* What you have to do *
Every line from the beginning of the data through the line containing "#253=LINE('',#252,#18);" should be reproduced exactly, and no further lines should be output.

* Stored items *
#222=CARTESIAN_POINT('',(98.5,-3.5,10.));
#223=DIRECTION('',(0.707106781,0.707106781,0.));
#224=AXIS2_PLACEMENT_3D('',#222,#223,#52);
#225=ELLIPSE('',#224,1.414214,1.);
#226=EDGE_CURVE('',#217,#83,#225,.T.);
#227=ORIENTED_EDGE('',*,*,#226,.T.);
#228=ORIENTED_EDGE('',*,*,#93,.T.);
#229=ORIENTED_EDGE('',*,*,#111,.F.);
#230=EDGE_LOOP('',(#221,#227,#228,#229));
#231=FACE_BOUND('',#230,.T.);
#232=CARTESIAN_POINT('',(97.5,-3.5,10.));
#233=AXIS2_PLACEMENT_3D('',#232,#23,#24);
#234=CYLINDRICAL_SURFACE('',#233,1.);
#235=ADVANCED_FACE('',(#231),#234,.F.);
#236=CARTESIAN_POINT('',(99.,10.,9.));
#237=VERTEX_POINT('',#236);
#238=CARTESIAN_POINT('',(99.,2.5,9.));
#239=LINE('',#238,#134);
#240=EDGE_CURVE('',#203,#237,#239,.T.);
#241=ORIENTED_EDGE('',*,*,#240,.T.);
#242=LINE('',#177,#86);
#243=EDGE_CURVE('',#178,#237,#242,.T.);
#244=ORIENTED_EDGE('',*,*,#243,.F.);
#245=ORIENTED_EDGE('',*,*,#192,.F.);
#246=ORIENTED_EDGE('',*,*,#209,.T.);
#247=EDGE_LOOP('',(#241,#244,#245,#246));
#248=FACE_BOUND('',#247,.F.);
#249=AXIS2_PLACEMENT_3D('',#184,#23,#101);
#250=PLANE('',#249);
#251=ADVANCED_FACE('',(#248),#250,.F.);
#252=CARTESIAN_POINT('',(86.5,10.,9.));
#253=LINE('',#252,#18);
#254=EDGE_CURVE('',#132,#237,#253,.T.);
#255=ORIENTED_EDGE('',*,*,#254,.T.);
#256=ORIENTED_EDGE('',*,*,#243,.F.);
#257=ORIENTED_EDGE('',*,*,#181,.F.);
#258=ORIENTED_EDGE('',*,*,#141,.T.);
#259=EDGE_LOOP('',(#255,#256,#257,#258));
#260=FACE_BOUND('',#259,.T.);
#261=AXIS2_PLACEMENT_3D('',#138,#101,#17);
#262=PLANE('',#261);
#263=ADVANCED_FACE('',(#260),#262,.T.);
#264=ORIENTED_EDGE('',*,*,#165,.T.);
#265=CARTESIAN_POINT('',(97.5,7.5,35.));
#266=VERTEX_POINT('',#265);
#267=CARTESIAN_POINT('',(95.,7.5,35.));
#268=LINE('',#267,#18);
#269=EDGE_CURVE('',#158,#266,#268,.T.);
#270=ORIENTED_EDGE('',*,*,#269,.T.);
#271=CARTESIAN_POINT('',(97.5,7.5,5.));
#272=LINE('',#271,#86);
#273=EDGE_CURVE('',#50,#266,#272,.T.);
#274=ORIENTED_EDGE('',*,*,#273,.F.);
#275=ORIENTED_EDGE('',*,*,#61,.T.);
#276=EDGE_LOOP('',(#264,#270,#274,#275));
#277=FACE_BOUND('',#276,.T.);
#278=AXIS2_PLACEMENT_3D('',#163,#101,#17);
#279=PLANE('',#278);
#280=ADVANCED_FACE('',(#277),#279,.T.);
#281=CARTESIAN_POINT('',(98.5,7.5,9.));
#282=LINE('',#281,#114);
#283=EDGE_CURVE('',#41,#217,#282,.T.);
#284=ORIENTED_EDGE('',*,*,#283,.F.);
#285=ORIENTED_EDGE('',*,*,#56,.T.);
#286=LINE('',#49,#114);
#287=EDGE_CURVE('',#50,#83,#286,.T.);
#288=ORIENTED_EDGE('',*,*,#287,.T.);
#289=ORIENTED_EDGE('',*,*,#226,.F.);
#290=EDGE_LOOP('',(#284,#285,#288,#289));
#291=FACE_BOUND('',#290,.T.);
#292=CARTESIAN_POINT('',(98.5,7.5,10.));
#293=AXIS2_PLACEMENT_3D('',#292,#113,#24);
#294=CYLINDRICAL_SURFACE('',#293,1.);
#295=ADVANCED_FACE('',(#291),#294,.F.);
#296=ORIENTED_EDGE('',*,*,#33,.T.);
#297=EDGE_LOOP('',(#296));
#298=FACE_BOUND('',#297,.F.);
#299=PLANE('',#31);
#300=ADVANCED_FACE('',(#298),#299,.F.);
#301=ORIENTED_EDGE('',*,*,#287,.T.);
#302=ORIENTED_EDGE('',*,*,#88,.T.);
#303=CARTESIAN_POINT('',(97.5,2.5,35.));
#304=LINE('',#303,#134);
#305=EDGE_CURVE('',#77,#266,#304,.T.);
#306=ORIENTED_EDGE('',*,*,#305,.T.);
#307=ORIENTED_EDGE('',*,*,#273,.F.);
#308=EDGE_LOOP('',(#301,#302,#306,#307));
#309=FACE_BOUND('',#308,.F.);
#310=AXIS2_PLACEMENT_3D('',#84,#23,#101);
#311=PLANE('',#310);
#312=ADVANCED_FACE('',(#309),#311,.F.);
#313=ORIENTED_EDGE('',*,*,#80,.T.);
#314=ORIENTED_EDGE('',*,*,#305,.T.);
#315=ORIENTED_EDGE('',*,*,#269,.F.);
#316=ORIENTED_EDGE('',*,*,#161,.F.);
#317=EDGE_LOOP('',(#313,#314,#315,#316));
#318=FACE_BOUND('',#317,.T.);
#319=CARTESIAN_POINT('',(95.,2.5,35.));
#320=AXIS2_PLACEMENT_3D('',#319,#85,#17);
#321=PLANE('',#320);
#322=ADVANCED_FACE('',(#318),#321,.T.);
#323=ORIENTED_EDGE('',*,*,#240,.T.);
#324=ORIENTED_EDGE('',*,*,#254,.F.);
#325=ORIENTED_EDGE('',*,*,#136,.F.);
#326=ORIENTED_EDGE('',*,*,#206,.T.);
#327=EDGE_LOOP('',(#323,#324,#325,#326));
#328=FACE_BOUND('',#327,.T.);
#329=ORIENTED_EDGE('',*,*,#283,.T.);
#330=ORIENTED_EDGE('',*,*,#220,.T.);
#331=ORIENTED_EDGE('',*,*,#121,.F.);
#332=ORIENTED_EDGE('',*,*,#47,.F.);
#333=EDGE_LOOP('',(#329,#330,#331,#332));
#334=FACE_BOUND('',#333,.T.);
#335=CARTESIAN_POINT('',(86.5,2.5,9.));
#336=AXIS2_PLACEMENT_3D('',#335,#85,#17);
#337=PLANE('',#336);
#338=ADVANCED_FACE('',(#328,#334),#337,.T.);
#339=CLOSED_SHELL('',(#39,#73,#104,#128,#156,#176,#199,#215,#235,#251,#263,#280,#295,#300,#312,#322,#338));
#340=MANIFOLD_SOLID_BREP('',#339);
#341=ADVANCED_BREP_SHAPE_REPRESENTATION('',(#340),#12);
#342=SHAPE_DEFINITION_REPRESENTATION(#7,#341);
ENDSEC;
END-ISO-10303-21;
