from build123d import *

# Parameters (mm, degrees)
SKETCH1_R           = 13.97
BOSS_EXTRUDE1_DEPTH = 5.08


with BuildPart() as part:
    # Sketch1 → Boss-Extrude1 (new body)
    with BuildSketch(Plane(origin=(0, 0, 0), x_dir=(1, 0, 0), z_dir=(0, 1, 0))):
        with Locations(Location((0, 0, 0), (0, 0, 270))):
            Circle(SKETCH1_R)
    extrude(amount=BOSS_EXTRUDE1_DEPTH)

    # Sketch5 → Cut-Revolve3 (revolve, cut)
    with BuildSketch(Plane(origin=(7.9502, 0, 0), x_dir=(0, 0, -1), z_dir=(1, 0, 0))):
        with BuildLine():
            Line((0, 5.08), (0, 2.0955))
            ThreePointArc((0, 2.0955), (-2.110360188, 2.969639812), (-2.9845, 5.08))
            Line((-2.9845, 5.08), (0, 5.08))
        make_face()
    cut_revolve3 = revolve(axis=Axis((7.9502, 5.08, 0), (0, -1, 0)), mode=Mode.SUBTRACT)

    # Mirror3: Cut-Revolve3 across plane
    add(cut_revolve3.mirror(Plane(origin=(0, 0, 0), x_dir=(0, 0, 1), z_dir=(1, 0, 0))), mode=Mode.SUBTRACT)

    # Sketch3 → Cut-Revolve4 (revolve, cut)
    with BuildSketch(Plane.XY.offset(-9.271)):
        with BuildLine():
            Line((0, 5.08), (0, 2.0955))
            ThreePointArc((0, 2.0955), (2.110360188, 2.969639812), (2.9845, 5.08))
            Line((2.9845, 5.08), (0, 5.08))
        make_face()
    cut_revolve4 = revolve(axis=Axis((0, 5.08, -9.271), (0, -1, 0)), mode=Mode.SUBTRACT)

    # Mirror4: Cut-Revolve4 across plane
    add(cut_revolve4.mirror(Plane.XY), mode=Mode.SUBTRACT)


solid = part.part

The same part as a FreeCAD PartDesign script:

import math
import FreeCAD as App
import Part
import Sketcher
from FreeCAD import Vector
Q = App.Units.Quantity

doc = App.newDocument("Part")
params = doc.addObject("Spreadsheet::Sheet", "Params")
for row, (alias, value) in enumerate([
    ("sketch1_diameter", "1.1 in"),
    ("pad1_length", "0.2 in"),
    ("groove_angle", "360 deg"),
    ("groove2_angle", "360 deg"),
], start=1):
    params.set(f"A{row}", alias)
    params.set(f"B{row}", "=" + value)
    params.setAlias(f"B{row}", alias)

body = doc.addObject("PartDesign::Body", "Body")

sketch1 = body.newObject("Sketcher::SketchObject", "Sketch")
sketch1.AttachmentSupport = (doc.getObject("XZ_Plane"), [""])
sketch1.MapMode = "FlatFace"
sketch1.addGeometry(Part.Circle(Vector(0, 0, 0), Vector(0, 0, 1), 14), False)
sketch1.addConstraint(Sketcher.Constraint("Coincident", 0, 3, -1, 1))
sketch1.addConstraint(Sketcher.Constraint("Diameter", 0, Q("1.1 in")))
sketch1.setExpression("Constraints[1]", "Params.sketch1_diameter")
pad1 = body.newObject("PartDesign::Pad", "Pad")
pad1.Profile = sketch1
pad1.setExpression("Length", "Params.pad1_length")
pad1.Reversed = True

sketch2 = body.newObject("Sketcher::SketchObject", "Sketch001")
sketch2.AttachmentSupport = (doc.getObject("YZ_Plane"), [""])
sketch2.MapMode = "FlatFace"
sketch2.AttachmentOffset = App.Placement(Vector(0, 0, 0.313 * 25.4), App.Rotation())
sketch2.addGeometry(Part.LineSegment(Vector(2.1, 0, 0), Vector(5.1, 0, 0)), False)
sketch2.addGeometry(Part.LineSegment(Vector(5.1, 0, 0), Vector(5.1, 3, 0)), False)
sketch2.addGeometry(Part.ArcOfCircle(Part.Circle(Vector(5.1, 0, 0), Vector(0, 0, 1), 3), math.radians(90), math.radians(180)), False)
sketch2.addConstraint(Sketcher.Constraint("Coincident", 0, 2, 1, 1))
sketch2.addConstraint(Sketcher.Constraint("Coincident", 1, 2, 2, 1))
sketch2.addConstraint(Sketcher.Constraint("Coincident", 2, 2, 0, 1))
sketch2.addConstraint(Sketcher.Constraint("Horizontal", 0))
sketch2.addConstraint(Sketcher.Constraint("Vertical", 1))
sketch2.addConstraint(Sketcher.Constraint("Coincident", 0, 2, 2, 3))
sketch2.addConstraint(Sketcher.Constraint("PointOnObject", 2, 3, -1))
sketch2.addConstraint(Sketcher.Constraint("DistanceX", -1, 1, 2, 3, Q("0.2 in")))
sketch2.addConstraint(Sketcher.Constraint("Radius", 2, Q("0.1175 in")))
groove = body.newObject("PartDesign::Groove", "Groove")
groove.Profile = sketch2
groove.ReferenceAxis = (sketch2, ["H_Axis"])
groove.setExpression("Angle", "Params.groove_angle")
doc.recompute()

mirrored = body.newObject("PartDesign::Mirrored", "Mirrored")
mirrored.Originals = [groove]
mirrored.MirrorPlane = (doc.getObject("YZ_Plane"), [""])
body.Tip = mirrored

sketch3 = body.newObject("Sketcher::SketchObject", "Sketch002")
sketch3.AttachmentSupport = (doc.getObject("XY_Plane"), [""])
sketch3.MapMode = "FlatFace"
sketch3.AttachmentOffset = App.Placement(Vector(0, 0, -0.365 * 25.4), App.Rotation())
sketch3.addGeometry(Part.LineSegment(Vector(0, 5.1, 0), Vector(0, 2.1, 0)), False)
sketch3.addGeometry(Part.ArcOfCircle(Part.Circle(Vector(0, 5.1, 0), Vector(0, 0, 1), 3), math.radians(-90), math.radians(0)), False)
sketch3.addGeometry(Part.LineSegment(Vector(3, 5.1, 0), Vector(0, 5.1, 0)), False)
sketch3.addConstraint(Sketcher.Constraint("Coincident", 0, 2, 1, 1))
sketch3.addConstraint(Sketcher.Constraint("Coincident", 1, 2, 2, 1))
sketch3.addConstraint(Sketcher.Constraint("Coincident", 2, 2, 0, 1))
sketch3.addConstraint(Sketcher.Constraint("Vertical", 0))
sketch3.addConstraint(Sketcher.Constraint("Horizontal", 2))
sketch3.addConstraint(Sketcher.Constraint("Coincident", 2, 2, 1, 3))
sketch3.addConstraint(Sketcher.Constraint("PointOnObject", 1, 3, -2))
sketch3.addConstraint(Sketcher.Constraint("DistanceY", -1, 1, 1, 3, Q("0.2 in")))
sketch3.addConstraint(Sketcher.Constraint("Radius", 1, Q("0.1175 in")))
groove2 = body.newObject("PartDesign::Groove", "Groove001")
groove2.Profile = sketch3
groove2.ReferenceAxis = (sketch3, ["V_Axis"])
groove2.setExpression("Angle", "Params.groove2_angle")
doc.recompute()

mirrored2 = body.newObject("PartDesign::Mirrored", "Mirrored001")
mirrored2.Originals = [groove2]
mirrored2.MirrorPlane = (doc.getObject("XY_Plane"), [""])
body.Tip = mirrored2

doc.recompute()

* Task response *
#222=CARTESIAN_POINT('',(98.5,-3.5,10.));
#223=DIRECTION('',(0.707106781,0.707106781,0.));
#224=AXIS2_PLACEMENT_3D('',#222,#223,#52);
#225=ELLIPSE('',#224,1.414214,1.);
#226=EDGE_CURVE('',#217,#83,#225,.T.);
#227=ORIENTED_EDGE('',*,*,#226,.T.);
#228=ORIENTED_EDGE('',*,*,#93,.T.);
#229=ORIENTED_EDGE('',*,*,#111,.F.);
#230=EDGE_LOOP('',(#221,#227,#228,#229));
#231=FACE_BOUND('',#230,.T.);
#232=CARTESIAN_POINT('',(97.5,-3.5,10.));
#233=AXIS2_PLACEMENT_3D('',#232,#23,#24);
#234=CYLINDRICAL_SURFACE('',#233,1.);
#235=ADVANCED_FACE('',(#231),#234,.F.);
#236=CARTESIAN_POINT('',(99.,10.,9.));
#237=VERTEX_POINT('',#236);
#238=CARTESIAN_POINT('',(99.,2.5,9.));
#239=LINE('',#238,#134);
#240=EDGE_CURVE('',#203,#237,#239,.T.);
#241=ORIENTED_EDGE('',*,*,#240,.T.);
#242=LINE('',#177,#86);
#243=EDGE_CURVE('',#178,#237,#242,.T.);
#244=ORIENTED_EDGE('',*,*,#243,.F.);
#245=ORIENTED_EDGE('',*,*,#192,.F.);
#246=ORIENTED_EDGE('',*,*,#209,.T.);
#247=EDGE_LOOP('',(#241,#244,#245,#246));
#248=FACE_BOUND('',#247,.F.);
#249=AXIS2_PLACEMENT_3D('',#184,#23,#101);
#250=PLANE('',#249);
#251=ADVANCED_FACE('',(#248),#250,.F.);
#252=CARTESIAN_POINT('',(86.5,10.,9.));
#253=LINE('',#252,#18);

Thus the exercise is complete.